Parody is not what ABC has in mind for its “Celebrity Jeopardy!,” an all-new game show airing this fall. This new series welcomes real celebrity contestants to compete for a chance to win money for a charity of their choice. Mayim Bialik (“The Big Bang Theory”) will host.

For the moment, only one midseason replacement series is on tap. “Not Dead Yet” follows Nell Stevens (Gina Rodriguez), a broke and newly single self-described disaster, working to restart the life and career she left behind ten years ago.

When she lands the only job she can find – writing obituaries, Nell starts getting life advice from an unlikely source. The series is adapted from Alexandra Potter’s book “Confessions of a 40-something F**K Up.”

USA Network, a basic cable channel owned by NBC Universal Television, has an upcoming slate of new larger-than-life unscripted series and exclusive live international sporting events such as cycling’s Tour de France and being the cable home of soccer’s Premier League.

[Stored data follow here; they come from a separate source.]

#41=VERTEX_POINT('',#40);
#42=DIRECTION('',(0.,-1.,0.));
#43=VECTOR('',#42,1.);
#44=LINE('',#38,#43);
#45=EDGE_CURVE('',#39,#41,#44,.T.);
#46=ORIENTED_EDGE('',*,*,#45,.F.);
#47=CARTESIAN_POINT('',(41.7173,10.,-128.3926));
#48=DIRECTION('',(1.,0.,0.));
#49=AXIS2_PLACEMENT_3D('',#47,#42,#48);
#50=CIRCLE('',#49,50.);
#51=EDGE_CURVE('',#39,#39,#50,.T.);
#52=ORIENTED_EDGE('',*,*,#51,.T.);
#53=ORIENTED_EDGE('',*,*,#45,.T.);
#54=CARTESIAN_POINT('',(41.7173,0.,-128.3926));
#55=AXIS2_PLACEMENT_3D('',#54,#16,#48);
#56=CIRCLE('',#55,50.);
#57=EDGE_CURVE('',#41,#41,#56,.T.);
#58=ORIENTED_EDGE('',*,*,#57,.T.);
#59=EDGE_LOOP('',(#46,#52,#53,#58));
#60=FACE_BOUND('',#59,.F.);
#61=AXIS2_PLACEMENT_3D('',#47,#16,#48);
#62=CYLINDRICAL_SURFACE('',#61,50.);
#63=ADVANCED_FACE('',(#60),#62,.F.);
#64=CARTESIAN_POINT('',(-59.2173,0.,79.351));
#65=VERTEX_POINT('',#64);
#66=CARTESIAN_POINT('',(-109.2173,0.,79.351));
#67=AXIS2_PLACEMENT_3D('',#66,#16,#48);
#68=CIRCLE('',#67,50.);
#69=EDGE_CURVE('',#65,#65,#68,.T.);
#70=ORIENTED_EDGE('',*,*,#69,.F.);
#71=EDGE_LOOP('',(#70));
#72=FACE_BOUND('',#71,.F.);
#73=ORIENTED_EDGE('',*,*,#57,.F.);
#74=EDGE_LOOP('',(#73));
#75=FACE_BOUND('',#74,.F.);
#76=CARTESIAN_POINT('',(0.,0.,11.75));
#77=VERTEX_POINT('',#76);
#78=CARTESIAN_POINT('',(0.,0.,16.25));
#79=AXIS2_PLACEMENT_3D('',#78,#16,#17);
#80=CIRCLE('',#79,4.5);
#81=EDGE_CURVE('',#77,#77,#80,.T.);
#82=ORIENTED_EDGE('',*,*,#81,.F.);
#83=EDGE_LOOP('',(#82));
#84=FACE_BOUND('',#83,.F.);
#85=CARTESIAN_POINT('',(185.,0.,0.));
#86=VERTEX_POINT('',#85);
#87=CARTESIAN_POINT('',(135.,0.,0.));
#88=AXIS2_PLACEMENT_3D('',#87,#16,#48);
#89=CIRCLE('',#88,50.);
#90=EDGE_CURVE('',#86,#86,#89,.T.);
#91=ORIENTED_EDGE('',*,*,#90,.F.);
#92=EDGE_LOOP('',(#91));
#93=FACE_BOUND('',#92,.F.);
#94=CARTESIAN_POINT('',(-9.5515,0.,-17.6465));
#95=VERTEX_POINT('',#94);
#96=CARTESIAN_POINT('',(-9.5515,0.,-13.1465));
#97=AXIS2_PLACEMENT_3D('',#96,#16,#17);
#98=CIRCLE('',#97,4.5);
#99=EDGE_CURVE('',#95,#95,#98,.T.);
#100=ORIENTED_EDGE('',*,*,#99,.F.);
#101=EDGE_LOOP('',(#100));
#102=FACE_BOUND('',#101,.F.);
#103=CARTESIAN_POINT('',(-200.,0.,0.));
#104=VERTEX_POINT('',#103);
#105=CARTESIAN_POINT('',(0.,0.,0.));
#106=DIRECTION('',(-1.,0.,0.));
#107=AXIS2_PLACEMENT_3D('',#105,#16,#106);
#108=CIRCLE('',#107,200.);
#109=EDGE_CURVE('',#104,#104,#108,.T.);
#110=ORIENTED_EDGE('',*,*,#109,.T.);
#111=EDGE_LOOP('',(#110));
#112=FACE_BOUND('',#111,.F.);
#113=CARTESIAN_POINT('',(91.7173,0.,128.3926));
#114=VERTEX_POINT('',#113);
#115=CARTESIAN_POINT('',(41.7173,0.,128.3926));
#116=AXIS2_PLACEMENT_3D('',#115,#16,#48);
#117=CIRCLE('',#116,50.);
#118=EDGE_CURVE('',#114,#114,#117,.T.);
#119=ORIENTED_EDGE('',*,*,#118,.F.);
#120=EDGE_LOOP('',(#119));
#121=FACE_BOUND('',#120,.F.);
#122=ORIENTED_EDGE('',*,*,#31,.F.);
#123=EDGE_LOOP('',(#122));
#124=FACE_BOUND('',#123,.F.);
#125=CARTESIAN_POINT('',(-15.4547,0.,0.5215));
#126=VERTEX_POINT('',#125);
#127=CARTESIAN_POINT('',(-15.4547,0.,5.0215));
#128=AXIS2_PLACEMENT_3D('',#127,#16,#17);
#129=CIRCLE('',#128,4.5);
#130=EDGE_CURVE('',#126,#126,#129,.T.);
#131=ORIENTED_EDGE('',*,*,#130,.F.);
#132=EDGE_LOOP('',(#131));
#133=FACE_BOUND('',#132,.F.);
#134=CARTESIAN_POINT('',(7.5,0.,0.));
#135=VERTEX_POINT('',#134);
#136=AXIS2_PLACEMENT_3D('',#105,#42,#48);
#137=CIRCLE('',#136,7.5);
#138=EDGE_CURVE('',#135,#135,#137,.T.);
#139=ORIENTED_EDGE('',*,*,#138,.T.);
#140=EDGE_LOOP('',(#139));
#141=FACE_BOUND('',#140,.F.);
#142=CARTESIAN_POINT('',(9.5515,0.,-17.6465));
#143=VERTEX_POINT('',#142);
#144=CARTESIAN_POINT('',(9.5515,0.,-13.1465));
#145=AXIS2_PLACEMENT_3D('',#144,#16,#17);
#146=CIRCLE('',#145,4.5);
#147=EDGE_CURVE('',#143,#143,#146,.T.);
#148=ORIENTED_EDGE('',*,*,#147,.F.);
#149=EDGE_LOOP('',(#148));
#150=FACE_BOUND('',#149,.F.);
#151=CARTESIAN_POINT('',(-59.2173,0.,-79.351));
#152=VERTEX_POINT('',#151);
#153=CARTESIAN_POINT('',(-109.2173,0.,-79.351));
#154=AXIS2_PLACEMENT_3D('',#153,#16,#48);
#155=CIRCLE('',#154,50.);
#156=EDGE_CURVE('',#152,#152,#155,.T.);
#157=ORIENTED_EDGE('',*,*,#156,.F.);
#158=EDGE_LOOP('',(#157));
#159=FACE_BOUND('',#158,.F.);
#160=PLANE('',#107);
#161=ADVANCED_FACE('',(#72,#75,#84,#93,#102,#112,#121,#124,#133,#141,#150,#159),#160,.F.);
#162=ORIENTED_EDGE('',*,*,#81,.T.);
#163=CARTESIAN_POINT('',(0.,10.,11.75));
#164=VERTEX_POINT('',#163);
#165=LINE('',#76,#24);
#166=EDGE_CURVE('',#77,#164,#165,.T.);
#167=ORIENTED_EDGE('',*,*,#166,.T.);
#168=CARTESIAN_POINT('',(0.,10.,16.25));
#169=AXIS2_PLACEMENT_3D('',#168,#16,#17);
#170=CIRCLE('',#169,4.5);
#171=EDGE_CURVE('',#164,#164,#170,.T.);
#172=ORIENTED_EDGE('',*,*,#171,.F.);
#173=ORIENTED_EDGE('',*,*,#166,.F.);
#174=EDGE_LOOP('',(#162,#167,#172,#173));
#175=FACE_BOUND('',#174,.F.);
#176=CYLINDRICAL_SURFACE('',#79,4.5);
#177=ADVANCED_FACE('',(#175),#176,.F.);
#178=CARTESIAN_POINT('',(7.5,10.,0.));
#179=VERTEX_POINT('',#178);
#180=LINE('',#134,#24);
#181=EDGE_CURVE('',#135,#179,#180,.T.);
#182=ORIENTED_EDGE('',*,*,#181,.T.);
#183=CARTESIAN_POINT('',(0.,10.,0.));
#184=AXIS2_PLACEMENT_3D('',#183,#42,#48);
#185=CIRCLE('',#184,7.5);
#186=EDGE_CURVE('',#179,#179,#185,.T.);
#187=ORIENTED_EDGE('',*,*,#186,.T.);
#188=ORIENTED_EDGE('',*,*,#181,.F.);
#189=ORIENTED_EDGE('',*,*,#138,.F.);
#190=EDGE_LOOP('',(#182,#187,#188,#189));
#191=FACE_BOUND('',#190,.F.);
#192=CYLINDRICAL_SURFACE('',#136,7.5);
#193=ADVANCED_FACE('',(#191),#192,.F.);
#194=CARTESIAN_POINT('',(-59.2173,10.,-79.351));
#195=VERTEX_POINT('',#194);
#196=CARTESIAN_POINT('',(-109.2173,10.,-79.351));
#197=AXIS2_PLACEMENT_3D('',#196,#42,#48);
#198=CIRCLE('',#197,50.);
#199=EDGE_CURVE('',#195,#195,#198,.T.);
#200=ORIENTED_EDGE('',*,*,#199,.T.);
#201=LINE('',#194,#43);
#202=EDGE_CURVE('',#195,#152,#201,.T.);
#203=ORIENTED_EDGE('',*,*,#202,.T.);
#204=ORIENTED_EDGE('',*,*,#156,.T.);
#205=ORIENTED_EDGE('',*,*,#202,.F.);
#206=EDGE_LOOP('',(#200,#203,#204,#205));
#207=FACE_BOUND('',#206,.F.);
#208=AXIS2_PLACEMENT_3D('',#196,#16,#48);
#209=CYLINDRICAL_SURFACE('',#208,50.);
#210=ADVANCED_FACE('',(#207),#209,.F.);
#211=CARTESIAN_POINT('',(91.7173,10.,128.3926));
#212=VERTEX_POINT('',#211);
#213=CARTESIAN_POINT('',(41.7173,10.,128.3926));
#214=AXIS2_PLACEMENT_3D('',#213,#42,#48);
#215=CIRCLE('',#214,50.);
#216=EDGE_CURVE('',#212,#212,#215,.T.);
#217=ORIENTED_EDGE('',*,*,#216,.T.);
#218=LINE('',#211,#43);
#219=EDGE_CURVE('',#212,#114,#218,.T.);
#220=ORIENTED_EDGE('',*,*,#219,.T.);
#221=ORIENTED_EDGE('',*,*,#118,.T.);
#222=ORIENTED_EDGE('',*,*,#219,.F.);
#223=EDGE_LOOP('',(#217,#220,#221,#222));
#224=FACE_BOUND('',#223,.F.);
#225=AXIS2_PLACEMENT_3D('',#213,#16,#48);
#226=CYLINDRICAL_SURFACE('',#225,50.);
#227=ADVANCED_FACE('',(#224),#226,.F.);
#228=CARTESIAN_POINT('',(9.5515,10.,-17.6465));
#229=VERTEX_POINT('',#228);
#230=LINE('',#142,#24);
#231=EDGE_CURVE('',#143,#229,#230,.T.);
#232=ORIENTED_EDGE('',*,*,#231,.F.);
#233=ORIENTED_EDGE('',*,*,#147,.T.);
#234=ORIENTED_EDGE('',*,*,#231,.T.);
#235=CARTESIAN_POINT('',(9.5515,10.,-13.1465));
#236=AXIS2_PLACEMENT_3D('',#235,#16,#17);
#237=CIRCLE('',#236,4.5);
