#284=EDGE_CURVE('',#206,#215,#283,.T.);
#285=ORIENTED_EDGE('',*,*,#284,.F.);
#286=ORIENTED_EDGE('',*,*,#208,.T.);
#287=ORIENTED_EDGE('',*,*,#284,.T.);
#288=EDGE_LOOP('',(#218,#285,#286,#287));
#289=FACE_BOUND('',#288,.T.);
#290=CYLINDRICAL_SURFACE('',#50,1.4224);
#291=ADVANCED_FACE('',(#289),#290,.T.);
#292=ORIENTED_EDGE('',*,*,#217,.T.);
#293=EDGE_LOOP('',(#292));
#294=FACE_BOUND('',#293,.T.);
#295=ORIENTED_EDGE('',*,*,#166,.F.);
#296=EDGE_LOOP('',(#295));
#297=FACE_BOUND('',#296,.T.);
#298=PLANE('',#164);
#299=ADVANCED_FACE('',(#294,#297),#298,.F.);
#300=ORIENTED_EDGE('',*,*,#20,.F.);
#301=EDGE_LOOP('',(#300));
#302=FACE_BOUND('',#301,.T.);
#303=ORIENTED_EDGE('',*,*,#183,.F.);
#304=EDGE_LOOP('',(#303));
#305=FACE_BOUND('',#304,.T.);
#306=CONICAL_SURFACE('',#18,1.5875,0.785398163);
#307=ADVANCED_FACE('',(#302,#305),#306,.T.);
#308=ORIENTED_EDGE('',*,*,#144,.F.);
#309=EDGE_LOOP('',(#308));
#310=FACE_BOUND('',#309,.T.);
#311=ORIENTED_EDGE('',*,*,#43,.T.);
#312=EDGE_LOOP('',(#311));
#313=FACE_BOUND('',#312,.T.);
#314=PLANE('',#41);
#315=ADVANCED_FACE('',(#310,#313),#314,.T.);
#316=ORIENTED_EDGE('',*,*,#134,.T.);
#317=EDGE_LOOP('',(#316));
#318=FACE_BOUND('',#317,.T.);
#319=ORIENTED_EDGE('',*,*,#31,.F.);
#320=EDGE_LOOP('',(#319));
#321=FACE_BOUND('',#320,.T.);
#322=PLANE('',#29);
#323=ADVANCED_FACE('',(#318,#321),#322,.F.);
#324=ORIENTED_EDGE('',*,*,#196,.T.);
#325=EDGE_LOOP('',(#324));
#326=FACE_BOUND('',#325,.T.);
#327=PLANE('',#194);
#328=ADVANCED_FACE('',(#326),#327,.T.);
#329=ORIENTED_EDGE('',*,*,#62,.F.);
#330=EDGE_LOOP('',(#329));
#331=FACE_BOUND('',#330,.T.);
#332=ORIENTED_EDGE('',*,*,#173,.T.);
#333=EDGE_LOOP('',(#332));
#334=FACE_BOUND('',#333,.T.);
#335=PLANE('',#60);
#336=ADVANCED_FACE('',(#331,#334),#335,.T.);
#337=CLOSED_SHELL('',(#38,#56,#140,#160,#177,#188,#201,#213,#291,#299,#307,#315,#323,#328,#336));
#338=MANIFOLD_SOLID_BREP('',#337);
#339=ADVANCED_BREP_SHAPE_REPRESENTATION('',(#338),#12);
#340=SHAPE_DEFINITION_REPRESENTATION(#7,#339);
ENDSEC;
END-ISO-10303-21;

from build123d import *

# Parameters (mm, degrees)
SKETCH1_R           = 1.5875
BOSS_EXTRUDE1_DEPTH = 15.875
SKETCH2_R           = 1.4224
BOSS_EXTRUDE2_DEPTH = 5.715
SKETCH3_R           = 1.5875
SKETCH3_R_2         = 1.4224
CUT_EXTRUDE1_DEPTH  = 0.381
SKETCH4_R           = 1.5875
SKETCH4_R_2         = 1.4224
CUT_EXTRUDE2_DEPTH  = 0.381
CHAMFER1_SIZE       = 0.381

Longtime friends Blake Shelton and Carson Daly head to Nashville and open the doors to Blake’s bar, Ole Red, and everyone is invited to join their party in the new series “Barmageddon.”

With Daly behind the bar and Shelton taking the stage with his house band for live music sing-alongs in front of a rowdy crowd, both the icons and celebrity favorites show a new side to themselves in this anything-but-ordinary game show.

No stranger to competition, WWE Hall of Famer Nikki Bella heats up the party and sets the stakes as celebrity friends go head-to-head in a series of classic bar games with a fun twist, including “Keg Curling,” “Drunken Axe Hole,” and many more.

In the most remote parts of Alaska, businesses such as canneries and hunting lodges operate seasonally. Each winter these businesses in the distant wilds shut down and hire “winter watchmen” to defend their properties against man, beast and the elements.

In “Winter Watchman,” four pairs of amateur survivalists sign on for a unique social experiment, based on the job of real winter watchmen. We will see if they can survive the harshest winter of their lives while protecting four respective lodges.

Can each duo make it to the spring thaw and collect a cash bonus? Or will extreme weather, isolation and fear of man-eating bears compel them to tap out? The cash bonus had better be a serious amount of greenbacks.

Pushing human nature to the limits with the new competition series “Snake in the Grass,” this action-packed social experiment is hosted by national radio and television personality Bobby Bones.

Each episode will feature four strangers who are dropped into the wild with a chance to win $100,000.

In order to win, the team must figure out which one of them is the Snake – a saboteur who is secretly undermining the group every step of the way.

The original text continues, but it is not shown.